(Collected data)
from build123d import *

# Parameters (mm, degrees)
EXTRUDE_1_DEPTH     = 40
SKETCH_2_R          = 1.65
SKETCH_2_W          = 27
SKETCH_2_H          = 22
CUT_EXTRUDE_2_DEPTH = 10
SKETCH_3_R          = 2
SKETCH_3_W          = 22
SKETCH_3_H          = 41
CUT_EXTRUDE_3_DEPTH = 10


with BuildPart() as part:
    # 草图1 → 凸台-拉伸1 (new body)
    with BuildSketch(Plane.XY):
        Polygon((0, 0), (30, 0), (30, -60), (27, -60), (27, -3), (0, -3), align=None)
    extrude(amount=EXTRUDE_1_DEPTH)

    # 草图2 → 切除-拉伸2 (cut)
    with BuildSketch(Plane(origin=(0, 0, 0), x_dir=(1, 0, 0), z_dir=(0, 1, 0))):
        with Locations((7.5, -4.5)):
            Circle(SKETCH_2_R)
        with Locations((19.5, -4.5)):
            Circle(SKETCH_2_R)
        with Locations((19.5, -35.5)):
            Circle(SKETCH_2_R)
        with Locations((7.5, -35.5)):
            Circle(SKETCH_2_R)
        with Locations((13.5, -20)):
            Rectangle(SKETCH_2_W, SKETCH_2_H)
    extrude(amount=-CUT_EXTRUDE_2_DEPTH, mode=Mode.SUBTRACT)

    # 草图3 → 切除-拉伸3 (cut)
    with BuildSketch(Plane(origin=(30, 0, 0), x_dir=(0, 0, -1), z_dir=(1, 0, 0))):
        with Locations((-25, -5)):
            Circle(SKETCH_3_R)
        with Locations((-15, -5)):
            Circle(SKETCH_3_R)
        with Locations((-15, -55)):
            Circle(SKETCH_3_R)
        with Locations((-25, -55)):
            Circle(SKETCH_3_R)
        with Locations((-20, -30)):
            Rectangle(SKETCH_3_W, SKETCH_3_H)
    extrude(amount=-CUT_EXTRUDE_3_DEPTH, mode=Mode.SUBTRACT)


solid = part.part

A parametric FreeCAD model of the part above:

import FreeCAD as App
import Part
import Sketcher
from FreeCAD import Vector

doc = App.newDocument("Part")
params = doc.addObject("Spreadsheet::Sheet", "Params")
for row, (alias, value) in enumerate([
    ("sketch1_width", "30 mm"),
    ("sketch1_width2", "27 mm"),
    ("sketch1_height", "57 mm"),
    ("pad1_length", "40 mm"),
    ("sketch2_diameter", "3.3 mm"),
    ("sketch2_width", "27 mm"),
    ("sketch2_height", "22 mm"),
    ("pocket1_length", "10 mm"),
    ("sketch3_diameter", "4 mm"),
    ("sketch3_width", "41 mm"),
    ("sketch3_height", "22 mm"),
    ("pocket2_length", "10 mm"),
], start=1):
    params.set(f"A{row}", alias)
    params.set(f"B{row}", "=" + value)
    params.setAlias(f"B{row}", alias)

body = doc.addObject("PartDesign::Body", "Body")

# Sketch on XY plane
sketch1 = body.newObject("Sketcher::SketchObject", "Sketch")
sketch1.AttachmentSupport = (doc.getObject("XY_Plane"), [""])
sketch1.MapMode = "FlatFace"
sketch1.addGeometry(Part.LineSegment(Vector(30, 0, 0), Vector(0, 0, 0)), False)
sketch1.addGeometry(Part.LineSegment(Vector(0, 0, 0), Vector(0, -3, 0)), False)
sketch1.addGeometry(Part.LineSegment(Vector(0, -3, 0), Vector(27, -3, 0)), False)
sketch1.addGeometry(Part.LineSegment(Vector(27, -3, 0), Vector(27, -60, 0)), False)
sketch1.addGeometry(Part.LineSegment(Vector(27, -60, 0), Vector(30, -60, 0)), False)
sketch1.addGeometry(Part.LineSegment(Vector(30, -60, 0), Vector(30, 0, 0)), False)
sketch1.addConstraint(Sketcher.Constraint("Coincident", 0, 2, 1, 1))
sketch1.addConstraint(Sketcher.Constraint("Coincident", 1, 2, 2, 1))
sketch1.addConstraint(Sketcher.Constraint("Coincident", 2, 2, 3, 1))
sketch1.addConstraint(Sketcher.Constraint("Coincident", 3, 2, 4, 1))
sketch1.addConstraint(Sketcher.Constraint("Coincident", 4, 2, 5, 1))
sketch1.addConstraint(Sketcher.Constraint("Coincident", 5, 2, 0, 1))
sketch1.addConstraint(Sketcher.Constraint("Horizontal", 0))
sketch1.addConstraint(Sketcher.Constraint("Vertical", 1))
sketch1.addConstraint(Sketcher.Constraint("Horizontal", 2))
sketch1.addConstraint(Sketcher.Constraint("Vertical", 3))
sketch1.addConstraint(Sketcher.Constraint("Horizontal", 4))
sketch1.addConstraint(Sketcher.Constraint("Vertical", 5))
sketch1.addConstraint(Sketcher.Constraint("Coincident", 0, 2, -1, 1))
sketch1.addConstraint(Sketcher.Constraint("Equal", 4, 1))
sketch1.addConstraint(Sketcher.Constraint("DistanceX", 0, 2, 0, 1, 30.0))
sketch1.addConstraint(Sketcher.Constraint("DistanceX", 2, 1, 2, 2, 27.0))
sketch1.addConstraint(Sketcher.Constraint("DistanceY", 3, 2, 3, 1, 57.0))
sketch1.setExpression("Constraints[14]", "Params.sketch1_width")
sketch1.setExpression("Constraints[15]", "Params.sketch1_width2")
sketch1.setExpression("Constraints[16]", "Params.sketch1_height")
pad1 = body.newObject("PartDesign::Pad", "Pad")
pad1.Profile = sketch1
pad1.setExpression("Length", "Params.pad1_length")

# Sketch on XZ plane
sketch2 = body.newObject("Sketcher::SketchObject", "Sketch001")
sketch2.AttachmentSupport = (doc.getObject("XZ_Plane"), [""])
sketch2.MapMode = "FlatFace"
sketch2.addGeometry(Part.Circle(Vector(7.5, 4.5, 0), Vector(0, 0, 1), 1.6), False)
sketch2.addGeometry(Part.Circle(Vector(19.5, 4.5, 0), Vector(0, 0, 1), 1.6), False)
sketch2.addGeometry(Part.Circle(Vector(19.5, 35.5, 0), Vector(0, 0, 1), 1.6), False)
sketch2.addGeometry(Part.Circle(Vector(7.5, 35.5, 0), Vector(0, 0, 1), 1.6), False)
sketch2.addGeometry(Part.LineSegment(Vector(0, 9, 0), Vector(0, 31, 0)), False)
sketch2.addGeometry(Part.LineSegment(Vector(0, 31, 0), Vector(27, 31, 0)), False)
sketch2.addGeometry(Part.LineSegment(Vector(27, 31, 0), Vector(27, 9, 0)), False)
sketch2.addGeometry(Part.LineSegment(Vector(27, 9, 0), Vector(0, 9, 0)), False)
sketch2.addConstraint(Sketcher.Constraint("Coincident", 4, 2, 5, 1))
sketch2.addConstraint(Sketcher.Constraint("Coincident", 5, 2, 6, 1))
sketch2.addConstraint(Sketcher.Constraint("Coincident", 6, 2, 7, 1))
sketch2.addConstraint(Sketcher.Constraint("Coincident", 7, 2, 4, 1))
sketch2.addConstraint(Sketcher.Constraint("Vertical", 4))
sketch2.addConstraint(Sketcher.Constraint("Horizontal", 5))
sketch2.addConstraint(Sketcher.Constraint("Vertical", 6))
sketch2.addConstraint(Sketcher.Constraint("Horizontal", 7))
sketch2.addConstraint(Sketcher.Constraint("Equal", 0, 1))
sketch2.addConstraint(Sketcher.Constraint("Equal", 1, 2))
sketch2.addConstraint(Sketcher.Constraint("Equal", 2, 3))
sketch2.addConstraint(Sketcher.Constraint("PointOnObject", 4, 2, -2))
sketch2.addConstraint(Sketcher.Constraint("Horizontal", 0, 3, 1, 3))
sketch2.addConstraint(Sketcher.Constraint("Horizontal", 2, 3, 3, 3))
sketch2.addConstraint(Sketcher.Constraint("Vertical", 1, 3, 2, 3))
sketch2.addConstraint(Sketcher.Constraint("Vertical", 0, 3, 3, 3))
sketch2.addConstraint(Sketcher.Constraint("Diameter", 0, 3.3))
sketch2.addConstraint(Sketcher.Constraint("DistanceX", 5, 1, 5, 2, 27.0))
sketch2.addConstraint(Sketcher.Constraint("DistanceY", 4, 1, 4, 2, 22.0))
sketch2.addConstraint(Sketcher.Constraint("DistanceY", -1, 1, 4, 2, 31.0))
sketch2.addConstraint(Sketcher.Constraint("DistanceX", 0, 3, 1, 3, 12.0))
sketch2.addConstraint(Sketcher.Constraint("DistanceY", 1, 3, 2, 3, 31.0))
sketch2.addConstraint(Sketcher.Constraint("DistanceX", -1, 1, 0, 3, 7.5))
sketch2.addConstraint(Sketcher.Constraint("DistanceY", -1, 1, 0, 3, 4.5))
sketch2.setExpression("Constraints[16]", "Params.sketch2_diameter")
sketch2.setExpression("Constraints[17]", "Params.sketch2_width")
sketch2.setExpression("Constraints[18]", "Params.sketch2_height")
pocket1 = body.newObject("PartDesign::Pocket", "Pocket")
pocket1.Profile = sketch2
pocket1.setExpression("Length", "Params.pocket1_length")
pocket1.Reversed = True

# Sketch on YZ plane
sketch3 = body.newObject("Sketcher::SketchObject", "Sketch002")
sketch3.AttachmentSupport = (doc.getObject("YZ_Plane"), [""])
sketch3.MapMode = "FlatFace"
sketch3.AttachmentOffset = App.Placement(Vector(0, 0, 30), App.Rotation())
sketch3.addGeometry(Part.Circle(Vector(-5, 25, 0), Vector(0, 0, 1), 2), False)
sketch3.addGeometry(Part.Circle(Vector(-5, 15, 0), Vector(0, 0, 1), 2), False)
sketch3.addGeometry(Part.Circle(Vector(-55, 15, 0), Vector(0, 0, 1), 2), False)
sketch3.addGeometry(Part.Circle(Vector(-55, 25, 0), Vector(0, 0, 1), 2), False)
sketch3.addGeometry(Part.LineSegment(Vector(-9.5, 31, 0), Vector(-50.5, 31, 0)), False)
sketch3.addGeometry(Part.LineSegment(Vector(-50.5, 31, 0), Vector(-50.5, 9, 0)), False)
sketch3.addGeometry(Part.LineSegment(Vector(-50.5, 9, 0), Vector(-9.5, 9, 0)), False)
sketch3.addGeometry(Part.LineSegment(Vector(-9.5, 9, 0), Vector(-9.5, 31, 0)), False)
sketch3.addConstraint(Sketcher.Constraint("Coincident", 4, 2, 5, 1))
sketch3.addConstraint(Sketcher.Constraint("Coincident", 5, 2, 6, 1))
sketch3.addConstraint(Sketcher.Constraint("Coincident", 6, 2, 7, 1))
sketch3.addConstraint(Sketcher.Constraint("Coincident", 7, 2, 4, 1))
sketch3.addConstraint(Sketcher.Constraint("Horizontal", 4))
sketch3.addConstraint(Sketcher.Constraint("Vertical", 5))
sketch3.addConstraint(Sketcher.Constraint("Horizontal", 6))
sketch3.addConstraint(Sketcher.Constraint("Vertical", 7))
sketch3.addConstraint(Sketcher.Constraint("Equal", 0, 1))
sketch3.addConstraint(Sketcher.Constraint("Equal", 1, 2))
sketch3.addConstraint(Sketcher.Constraint("Equal", 2, 3))
sketch3.addConstraint(Sketcher.Constraint("Horizontal", 1, 3, 2, 3))
sketch3.addConstraint(Sketcher.Constraint("Horizontal", 0, 3, 3, 3))
sketch3.addConstraint(Sketcher.Constraint("Vertical", 0, 3, 1, 3))
sketch3.addConstraint(Sketcher.Constraint("Vertical", 2, 3, 3, 3))
sketch3.addConstraint(Sketcher.Constraint("Diameter", 0, 4.0))
sketch3.addConstraint(Sketcher.Constraint("DistanceX", 4, 2, 4, 1, 41.0))
sketch3.addConstraint(Sketcher.Constraint("DistanceY", 5, 2, 5, 1, 22.0))
sketch3.addConstraint(Sketcher.Constraint("DistanceX", 0, 3, -1, 1, 5.0))
sketch3.addConstraint(Sketcher.Constraint("DistanceY", -1, 1, 0, 3, 25.0))
sketch3.addConstraint(Sketcher.Constraint("DistanceY", -1, 1, 1, 3, 15.0))
sketch3.addConstraint(Sketcher.Constraint("DistanceX", 2, 3, -1, 1, 55.0))
sketch3.addConstraint(Sketcher.Constraint("DistanceY", -1, 1, 4, 2, 31.0))
sketch3.addConstraint(Sketcher.Constraint("DistanceX", 4, 2, -1, 1, 50.5))
sketch3.setExpression("Constraints[15]", "Params.sketch3_diameter")
sketch3.setExpression("Constraints[16]", "Params.sketch3_width")
sketch3.setExpression("Constraints[17]", "Params.sketch3_height")
pocket2 = body.newObject("PartDesign::Pocket", "Pocket001")
pocket2.Profile = sketch3
pocket2.setExpression("Length", "Params.pocket2_length")

doc.recompute()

**Task instructions:** Beginning with the line that has "extrude(amount=-CUT_EXTRUDE_3_DEPTH, mode=Mode.SUBTRACT)" and ending with the line that has "A parametric FreeCAD", set down the lines above exactly and include no others.

**Answer for the task:**
    extrude(amount=-CUT_EXTRUDE_3_DEPTH, mode=Mode.SUBTRACT)


solid = part.part

A parametric FreeCAD model of the part above:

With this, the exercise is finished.